■ Directions for this task ■
Copy exactly the lines of the material below, starting with the first and including the line that holds "#465=ORIENTED_EDGE('',*,*,#325,.F.);".

===== The records =====

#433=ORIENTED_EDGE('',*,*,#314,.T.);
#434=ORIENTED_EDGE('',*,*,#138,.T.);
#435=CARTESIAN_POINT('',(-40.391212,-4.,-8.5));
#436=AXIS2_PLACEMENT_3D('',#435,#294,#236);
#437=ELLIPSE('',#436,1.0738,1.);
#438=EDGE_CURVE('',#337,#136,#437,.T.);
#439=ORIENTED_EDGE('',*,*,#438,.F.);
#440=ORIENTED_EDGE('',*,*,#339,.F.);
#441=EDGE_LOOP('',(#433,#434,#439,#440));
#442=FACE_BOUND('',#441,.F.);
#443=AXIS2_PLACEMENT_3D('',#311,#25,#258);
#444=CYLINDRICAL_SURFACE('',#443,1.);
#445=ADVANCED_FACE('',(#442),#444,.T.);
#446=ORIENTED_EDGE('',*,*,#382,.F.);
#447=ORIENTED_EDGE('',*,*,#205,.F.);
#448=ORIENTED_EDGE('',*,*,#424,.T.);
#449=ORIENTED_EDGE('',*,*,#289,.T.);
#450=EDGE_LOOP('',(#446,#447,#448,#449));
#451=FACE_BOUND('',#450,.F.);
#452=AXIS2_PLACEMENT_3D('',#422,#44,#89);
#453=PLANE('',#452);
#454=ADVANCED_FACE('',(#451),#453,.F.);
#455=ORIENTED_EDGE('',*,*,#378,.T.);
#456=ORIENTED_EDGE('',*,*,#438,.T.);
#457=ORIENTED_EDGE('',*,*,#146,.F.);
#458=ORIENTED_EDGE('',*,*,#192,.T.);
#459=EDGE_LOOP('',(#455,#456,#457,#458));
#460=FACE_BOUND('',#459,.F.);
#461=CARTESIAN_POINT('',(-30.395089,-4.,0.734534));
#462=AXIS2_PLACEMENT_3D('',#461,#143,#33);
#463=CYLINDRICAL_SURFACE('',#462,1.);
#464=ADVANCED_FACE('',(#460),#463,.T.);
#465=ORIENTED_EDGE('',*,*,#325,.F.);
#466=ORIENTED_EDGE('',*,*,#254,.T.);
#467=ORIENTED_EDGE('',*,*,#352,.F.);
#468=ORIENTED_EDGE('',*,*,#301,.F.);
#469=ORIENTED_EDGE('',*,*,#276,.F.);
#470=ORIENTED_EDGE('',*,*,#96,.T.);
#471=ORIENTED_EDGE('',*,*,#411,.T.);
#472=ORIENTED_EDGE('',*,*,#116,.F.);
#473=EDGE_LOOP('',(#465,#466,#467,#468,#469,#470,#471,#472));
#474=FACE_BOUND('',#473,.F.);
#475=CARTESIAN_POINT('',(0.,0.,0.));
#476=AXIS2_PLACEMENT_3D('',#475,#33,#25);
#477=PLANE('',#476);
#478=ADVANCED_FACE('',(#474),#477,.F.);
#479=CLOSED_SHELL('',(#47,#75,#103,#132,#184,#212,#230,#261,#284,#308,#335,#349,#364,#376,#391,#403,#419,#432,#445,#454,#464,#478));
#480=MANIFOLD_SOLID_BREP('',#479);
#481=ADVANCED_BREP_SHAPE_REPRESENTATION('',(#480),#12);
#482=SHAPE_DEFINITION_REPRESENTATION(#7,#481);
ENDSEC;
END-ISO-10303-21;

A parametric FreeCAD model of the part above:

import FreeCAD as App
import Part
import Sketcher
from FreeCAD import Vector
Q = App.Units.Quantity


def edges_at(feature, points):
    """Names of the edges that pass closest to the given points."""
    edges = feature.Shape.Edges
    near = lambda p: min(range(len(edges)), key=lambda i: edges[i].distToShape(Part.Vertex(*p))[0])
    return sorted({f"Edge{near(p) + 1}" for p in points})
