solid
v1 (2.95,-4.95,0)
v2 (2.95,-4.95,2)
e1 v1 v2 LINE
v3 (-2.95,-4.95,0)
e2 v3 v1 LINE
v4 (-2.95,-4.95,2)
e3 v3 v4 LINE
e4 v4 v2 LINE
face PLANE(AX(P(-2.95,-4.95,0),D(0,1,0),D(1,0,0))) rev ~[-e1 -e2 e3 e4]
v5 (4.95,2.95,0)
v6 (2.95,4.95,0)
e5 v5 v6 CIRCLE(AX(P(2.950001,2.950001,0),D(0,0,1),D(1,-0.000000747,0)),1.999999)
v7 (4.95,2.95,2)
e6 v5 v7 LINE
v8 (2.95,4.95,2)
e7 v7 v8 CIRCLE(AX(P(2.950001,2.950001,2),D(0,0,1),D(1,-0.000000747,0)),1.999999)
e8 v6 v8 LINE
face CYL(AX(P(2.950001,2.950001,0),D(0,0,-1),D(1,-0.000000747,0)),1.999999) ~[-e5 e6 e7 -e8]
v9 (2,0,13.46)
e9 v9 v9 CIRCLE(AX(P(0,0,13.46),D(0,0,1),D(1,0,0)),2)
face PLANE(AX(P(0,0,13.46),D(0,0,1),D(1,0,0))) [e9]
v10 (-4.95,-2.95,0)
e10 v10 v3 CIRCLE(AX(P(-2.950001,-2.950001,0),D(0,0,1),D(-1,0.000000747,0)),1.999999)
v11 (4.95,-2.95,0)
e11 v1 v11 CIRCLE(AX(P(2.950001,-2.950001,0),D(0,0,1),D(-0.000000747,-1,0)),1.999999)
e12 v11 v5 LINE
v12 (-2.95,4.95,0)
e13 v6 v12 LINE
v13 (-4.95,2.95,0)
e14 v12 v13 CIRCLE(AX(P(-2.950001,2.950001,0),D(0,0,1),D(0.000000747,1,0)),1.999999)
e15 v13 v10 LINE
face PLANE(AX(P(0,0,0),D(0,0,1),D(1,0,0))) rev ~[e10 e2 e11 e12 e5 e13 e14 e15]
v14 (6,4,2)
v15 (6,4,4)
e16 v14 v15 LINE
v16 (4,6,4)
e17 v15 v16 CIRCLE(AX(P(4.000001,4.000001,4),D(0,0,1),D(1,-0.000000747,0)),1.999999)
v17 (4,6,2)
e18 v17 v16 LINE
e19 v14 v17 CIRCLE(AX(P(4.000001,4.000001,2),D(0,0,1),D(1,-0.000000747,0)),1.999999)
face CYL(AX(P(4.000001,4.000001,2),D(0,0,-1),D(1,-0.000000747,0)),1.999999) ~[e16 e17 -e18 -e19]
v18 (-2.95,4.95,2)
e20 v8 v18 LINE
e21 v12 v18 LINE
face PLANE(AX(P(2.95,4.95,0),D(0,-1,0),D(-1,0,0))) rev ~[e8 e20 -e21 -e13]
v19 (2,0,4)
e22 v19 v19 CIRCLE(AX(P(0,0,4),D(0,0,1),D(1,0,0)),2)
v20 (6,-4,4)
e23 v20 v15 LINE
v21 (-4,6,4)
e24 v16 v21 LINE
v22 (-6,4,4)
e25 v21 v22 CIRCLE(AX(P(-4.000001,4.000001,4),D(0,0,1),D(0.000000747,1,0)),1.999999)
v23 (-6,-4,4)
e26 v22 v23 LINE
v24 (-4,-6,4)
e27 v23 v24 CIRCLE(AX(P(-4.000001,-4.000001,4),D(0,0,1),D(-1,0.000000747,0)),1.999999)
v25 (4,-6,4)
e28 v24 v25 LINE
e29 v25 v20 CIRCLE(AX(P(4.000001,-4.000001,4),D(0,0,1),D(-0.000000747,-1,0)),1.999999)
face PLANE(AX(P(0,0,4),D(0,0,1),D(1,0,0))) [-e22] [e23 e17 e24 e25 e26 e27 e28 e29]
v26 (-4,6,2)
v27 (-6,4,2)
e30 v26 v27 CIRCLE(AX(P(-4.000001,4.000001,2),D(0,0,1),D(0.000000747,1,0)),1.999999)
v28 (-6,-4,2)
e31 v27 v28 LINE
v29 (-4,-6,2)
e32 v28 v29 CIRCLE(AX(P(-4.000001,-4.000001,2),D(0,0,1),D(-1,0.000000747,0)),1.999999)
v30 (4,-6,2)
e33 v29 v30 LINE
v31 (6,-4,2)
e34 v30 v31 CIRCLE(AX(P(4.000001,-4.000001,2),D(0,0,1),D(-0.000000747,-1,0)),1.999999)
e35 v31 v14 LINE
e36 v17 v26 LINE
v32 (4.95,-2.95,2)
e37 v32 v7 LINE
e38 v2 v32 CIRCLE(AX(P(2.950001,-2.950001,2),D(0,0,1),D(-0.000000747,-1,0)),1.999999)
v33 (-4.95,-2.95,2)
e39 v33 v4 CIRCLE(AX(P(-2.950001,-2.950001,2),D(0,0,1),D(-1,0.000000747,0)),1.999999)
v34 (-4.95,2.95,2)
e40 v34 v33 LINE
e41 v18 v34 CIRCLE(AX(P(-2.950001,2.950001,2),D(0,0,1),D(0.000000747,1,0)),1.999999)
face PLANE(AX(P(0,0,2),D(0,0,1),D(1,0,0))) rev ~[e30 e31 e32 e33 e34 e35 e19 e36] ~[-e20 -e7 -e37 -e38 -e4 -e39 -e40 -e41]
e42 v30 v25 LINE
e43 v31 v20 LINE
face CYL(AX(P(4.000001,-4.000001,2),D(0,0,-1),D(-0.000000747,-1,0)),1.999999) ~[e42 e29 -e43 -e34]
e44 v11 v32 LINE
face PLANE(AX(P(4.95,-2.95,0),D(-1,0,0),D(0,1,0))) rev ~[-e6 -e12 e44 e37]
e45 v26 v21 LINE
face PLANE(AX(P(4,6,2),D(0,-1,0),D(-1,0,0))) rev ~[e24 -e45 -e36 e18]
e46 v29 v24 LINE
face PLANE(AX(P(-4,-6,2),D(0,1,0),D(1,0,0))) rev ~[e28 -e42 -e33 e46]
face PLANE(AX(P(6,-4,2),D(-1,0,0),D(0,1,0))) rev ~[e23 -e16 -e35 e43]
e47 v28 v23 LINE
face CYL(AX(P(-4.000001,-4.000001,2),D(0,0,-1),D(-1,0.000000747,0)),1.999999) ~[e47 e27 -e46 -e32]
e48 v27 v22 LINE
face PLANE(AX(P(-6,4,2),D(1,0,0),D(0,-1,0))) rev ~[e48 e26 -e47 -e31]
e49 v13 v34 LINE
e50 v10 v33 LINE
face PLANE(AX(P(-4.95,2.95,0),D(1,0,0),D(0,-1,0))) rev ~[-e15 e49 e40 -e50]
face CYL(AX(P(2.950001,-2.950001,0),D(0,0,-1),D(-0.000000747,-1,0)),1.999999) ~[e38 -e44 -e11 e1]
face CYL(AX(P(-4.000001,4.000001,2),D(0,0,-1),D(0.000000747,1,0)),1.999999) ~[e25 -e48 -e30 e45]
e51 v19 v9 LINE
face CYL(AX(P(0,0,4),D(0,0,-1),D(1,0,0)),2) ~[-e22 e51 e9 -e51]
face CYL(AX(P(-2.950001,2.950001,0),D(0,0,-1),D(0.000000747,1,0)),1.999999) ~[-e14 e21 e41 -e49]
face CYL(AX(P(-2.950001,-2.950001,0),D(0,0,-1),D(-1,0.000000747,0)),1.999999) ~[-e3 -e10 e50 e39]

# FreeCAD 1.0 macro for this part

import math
import FreeCAD as App
import Part
import Sketcher
from FreeCAD import Vector

doc = App.newDocument("Part")
params = doc.addObject("Spreadsheet::Sheet", "Params")
for row, (alias, value) in enumerate([
    ("sketch1_radius", "1.999999 mm"),
    ("sketch1_width", "5.9 mm"),
    ("pad1_length", "2 mm"),
    ("sketch2_radius", "1.999999 mm"),
    ("sketch2_width", "8 mm"),
    ("pad2_length", "2 mm"),
    ("sketch3_diameter", "4 mm"),
    ("pad3_length", "9.46 mm"),
], start=1):
    params.set(f"A{row}", alias)
    params.set(f"B{row}", "=" + value)
    params.setAlias(f"B{row}", alias)

body = doc.addObject("PartDesign::Body", "Body")

sketch1 = body.newObject("Sketcher::SketchObject", "Sketch")
sketch1.AttachmentSupport = (doc.getObject("XY_Plane"), [""])
sketch1.MapMode = "FlatFace"
sketch1.addGeometry(Part.LineSegment(Vector(-2.95, -4.95, 0), Vector(2.95, -4.95, 0)), False)
sketch1.addGeometry(Part.ArcOfCircle(Part.Circle(Vector(2.950001, -2.950001, 0), Vector(0, 0, 1), 1.999999), math.radians(-90.000043), math.radians(0.000043)), False)
sketch1.addGeometry(Part.LineSegment(Vector(4.95, -2.95, 0), Vector(4.95, 2.95, 0)), False)
sketch1.addGeometry(Part.ArcOfCircle(Part.Circle(Vector(2.950001, 2.950001, 0), Vector(0, 0, 1), 1.999999), math.radians(-0.000043), math.radians(90.000043)), False)
sketch1.addGeometry(Part.LineSegment(Vector(2.95, 4.95, 0), Vector(-2.95, 4.95, 0)), False)
sketch1.addGeometry(Part.ArcOfCircle(Part.Circle(Vector(-2.950001, 2.950001, 0), Vector(0, 0, 1), 1.999999), math.radians(89.999957), math.radians(180.000043)), False)
sketch1.addGeometry(Part.LineSegment(Vector(-4.95, 2.95, 0), Vector(-4.95, -2.95, 0)), False)
sketch1.addGeometry(Part.ArcOfCircle(Part.Circle(Vector(-2.950001, -2.950001, 0), Vector(0, 0, 1), 1.999999), math.radians(179.999957), math.radians(270.000043)), False)
sketch1.addConstraint(Sketcher.Constraint("Tangent", 0, 2, 1, 1))
sketch1.addConstraint(Sketcher.Constraint("Tangent", 1, 2, 2, 1))
sketch1.addConstraint(Sketcher.Constraint("Tangent", 2, 2, 3, 1))
sketch1.addConstraint(Sketcher.Constraint("Tangent", 3, 2, 4, 1))
sketch1.addConstraint(Sketcher.Constraint("Tangent", 4, 2, 5, 1))
sketch1.addConstraint(Sketcher.Constraint("Tangent", 5, 2, 6, 1))
sketch1.addConstraint(Sketcher.Constraint("Tangent", 6, 2, 7, 1))
sketch1.addConstraint(Sketcher.Constraint("Tangent", 7, 2, 0, 1))
sketch1.addConstraint(Sketcher.Constraint("Horizontal", 0))
sketch1.addConstraint(Sketcher.Constraint("Vertical", 2))
sketch1.addConstraint(Sketcher.Constraint("Horizontal", 4))
sketch1.addConstraint(Sketcher.Constraint("Vertical", 6))
sketch1.addConstraint(Sketcher.Constraint("Equal", 1, 3))
sketch1.addConstraint(Sketcher.Constraint("Equal", 3, 5))
sketch1.addConstraint(Sketcher.Constraint("Equal", 5, 7))
sketch1.addConstraint(Sketcher.Constraint("Symmetric", 1, 3, 5, 3, -1, 1))
sketch1.addConstraint(Sketcher.Constraint("Equal", 4, 2))
sketch1.addConstraint(Sketcher.Constraint("Radius", 1, 1.999999))
sketch1.addConstraint(Sketcher.Constraint("DistanceX", 0, 1, 0, 2, 5.9))
sketch1.setExpression("Constraints[17]", "Params.sketch1_radius")
sketch1.setExpression("Constraints[18]", "Params.sketch1_width")
pad1 = body.newObject("PartDesign::Pad", "Pad")
pad1.Profile = sketch1
pad1.setExpression("Length", "Params.pad1_length")

sketch2 = body.newObject("Sketcher::SketchObject", "Sketch001")
sketch2.AttachmentSupport = (doc.getObject("XY_Plane"), [""])
sketch2.MapMode = "FlatFace"
sketch2.AttachmentOffset = App.Placement(Vector(0, 0, 2), App.Rotation())
sketch2.addGeometry(Part.LineSegment(Vector(-4, -6, 0), Vector(4, -6, 0)), False)
sketch2.addGeometry(Part.ArcOfCircle(Part.Circle(Vector(4.000001, -4.000001, 0), Vector(0, 0, 1), 1.999999), math.radians(-90.000043), math.radians(0.000043)), False)
sketch2.addGeometry(Part.LineSegment(Vector(6, -4, 0), Vector(6, 4, 0)), False)
sketch2.addGeometry(Part.ArcOfCircle(Part.Circle(Vector(4.000001, 4.000001, 0), Vector(0, 0, 1), 1.999999), math.radians(-0.000043), math.radians(90.000043)), False)
sketch2.addGeometry(Part.LineSegment(Vector(4, 6, 0), Vector(-4, 6, 0)), False)
sketch2.addGeometry(Part.ArcOfCircle(Part.Circle(Vector(-4.000001, 4.000001, 0), Vector(0, 0, 1), 1.999999), math.radians(89.999957), math.radians(180.000043)), False)
sketch2.addGeometry(Part.LineSegment(Vector(-6, 4, 0), Vector(-6, -4, 0)), False)
sketch2.addGeometry(Part.ArcOfCircle(Part.Circle(Vector(-4.000001, -4.000001, 0), Vector(0, 0, 1), 1.999999), math.radians(179.999957), math.radians(270.000043)), False)
sketch2.addConstraint(Sketcher.Constraint("Tangent", 0, 2, 1, 1))
sketch2.addConstraint(Sketcher.Constraint("Tangent", 1, 2, 2, 1))
sketch2.addConstraint(Sketcher.Constraint("Tangent", 2, 2, 3, 1))
sketch2.addConstraint(Sketcher.Constraint("Tangent", 3, 2, 4, 1))
sketch2.addConstraint(Sketcher.Constraint("Tangent", 4, 2, 5, 1))
sketch2.addConstraint(Sketcher.Constraint("Tangent", 5, 2, 6, 1))
sketch2.addConstraint(Sketcher.Constraint("Tangent", 6, 2, 7, 1))
sketch2.addConstraint(Sketcher.Constraint("Tangent", 7, 2, 0, 1))
sketch2.addConstraint(Sketcher.Constraint("Horizontal", 0))
sketch2.addConstraint(Sketcher.Constraint("Vertical", 2))
sketch2.addConstraint(Sketcher.Constraint("Horizontal", 4))
sketch2.addConstraint(Sketcher.Constraint("Vertical", 6))
sketch2.addConstraint(Sketcher.Constraint("Equal", 1, 3))
sketch2.addConstraint(Sketcher.Constraint("Equal", 3, 5))
sketch2.addConstraint(Sketcher.Constraint("Equal", 5, 7))
sketch2.addConstraint(Sketcher.Constraint("Symmetric", 1, 3, 5, 3, -1, 1))
sketch2.addConstraint(Sketcher.Constraint("Equal", 4, 2))
sketch2.addConstraint(Sketcher.Constraint("Radius", 1, 1.999999))
sketch2.addConstraint(Sketcher.Constraint("DistanceX", 0, 1, 0, 2, 8.0))
sketch2.setExpression("Constraints[17]", "Params.sketch2_radius")
sketch2.setExpression("Constraints[18]", "Params.sketch2_width")
pad2 = body.newObject("PartDesign::Pad", "Pad001")
pad2.Profile = sketch2
pad2.setExpression("Length", "Params.pad2_length")

sketch3 = body.newObject("Sketcher::SketchObject", "Sketch002")
sketch3.AttachmentSupport = (doc.getObject("XY_Plane"), [""])
sketch3.MapMode = "FlatFace"
sketch3.AttachmentOffset = App.Placement(Vector(0, 0, 4), App.Rotation())
sketch3.addGeometry(Part.Circle(Vector(0, 0, 0), Vector(0, 0, 1), 2), False)
sketch3.addConstraint(Sketcher.Constraint("Coincident", 0, 3, -1, 1))
sketch3.addConstraint(Sketcher.Constraint("Diameter", 0, 4.0))
sketch3.setExpression("Constraints[1]", "Params.sketch3_diameter")
pad3 = body.newObject("PartDesign::Pad", "Pad002")
pad3.Profile = sketch3
pad3.setExpression("Length", "Params.pad3_length")

doc.recompute()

=====

■ Solution ■
#433=ORIENTED_EDGE('',*,*,#314,.T.);
#434=ORIENTED_EDGE('',*,*,#138,.T.);
#435=CARTESIAN_POINT('',(-40.391212,-4.,-8.5));
#436=AXIS2_PLACEMENT_3D('',#435,#294,#236);
#437=ELLIPSE('',#436,1.0738,1.);
#438=EDGE_CURVE('',#337,#136,#437,.T.);
#439=ORIENTED_EDGE('',*,*,#438,.F.);
#440=ORIENTED_EDGE('',*,*,#339,.F.);
#441=EDGE_LOOP('',(#433,#434,#439,#440));
#442=FACE_BOUND('',#441,.F.);
#443=AXIS2_PLACEMENT_3D('',#311,#25,#258);
#444=CYLINDRICAL_SURFACE('',#443,1.);
#445=ADVANCED_FACE('',(#442),#444,.T.);
#446=ORIENTED_EDGE('',*,*,#382,.F.);
#447=ORIENTED_EDGE('',*,*,#205,.F.);
#448=ORIENTED_EDGE('',*,*,#424,.T.);
#449=ORIENTED_EDGE('',*,*,#289,.T.);
#450=EDGE_LOOP('',(#446,#447,#448,#449));
#451=FACE_BOUND('',#450,.F.);
#452=AXIS2_PLACEMENT_3D('',#422,#44,#89);
#453=PLANE('',#452);
#454=ADVANCED_FACE('',(#451),#453,.F.);
#455=ORIENTED_EDGE('',*,*,#378,.T.);
#456=ORIENTED_EDGE('',*,*,#438,.T.);
#457=ORIENTED_EDGE('',*,*,#146,.F.);
#458=ORIENTED_EDGE('',*,*,#192,.T.);
#459=EDGE_LOOP('',(#455,#456,#457,#458));
#460=FACE_BOUND('',#459,.F.);
#461=CARTESIAN_POINT('',(-30.395089,-4.,0.734534));
#462=AXIS2_PLACEMENT_3D('',#461,#143,#33);
#463=CYLINDRICAL_SURFACE('',#462,1.);
#464=ADVANCED_FACE('',(#460),#463,.T.);
#465=ORIENTED_EDGE('',*,*,#325,.F.);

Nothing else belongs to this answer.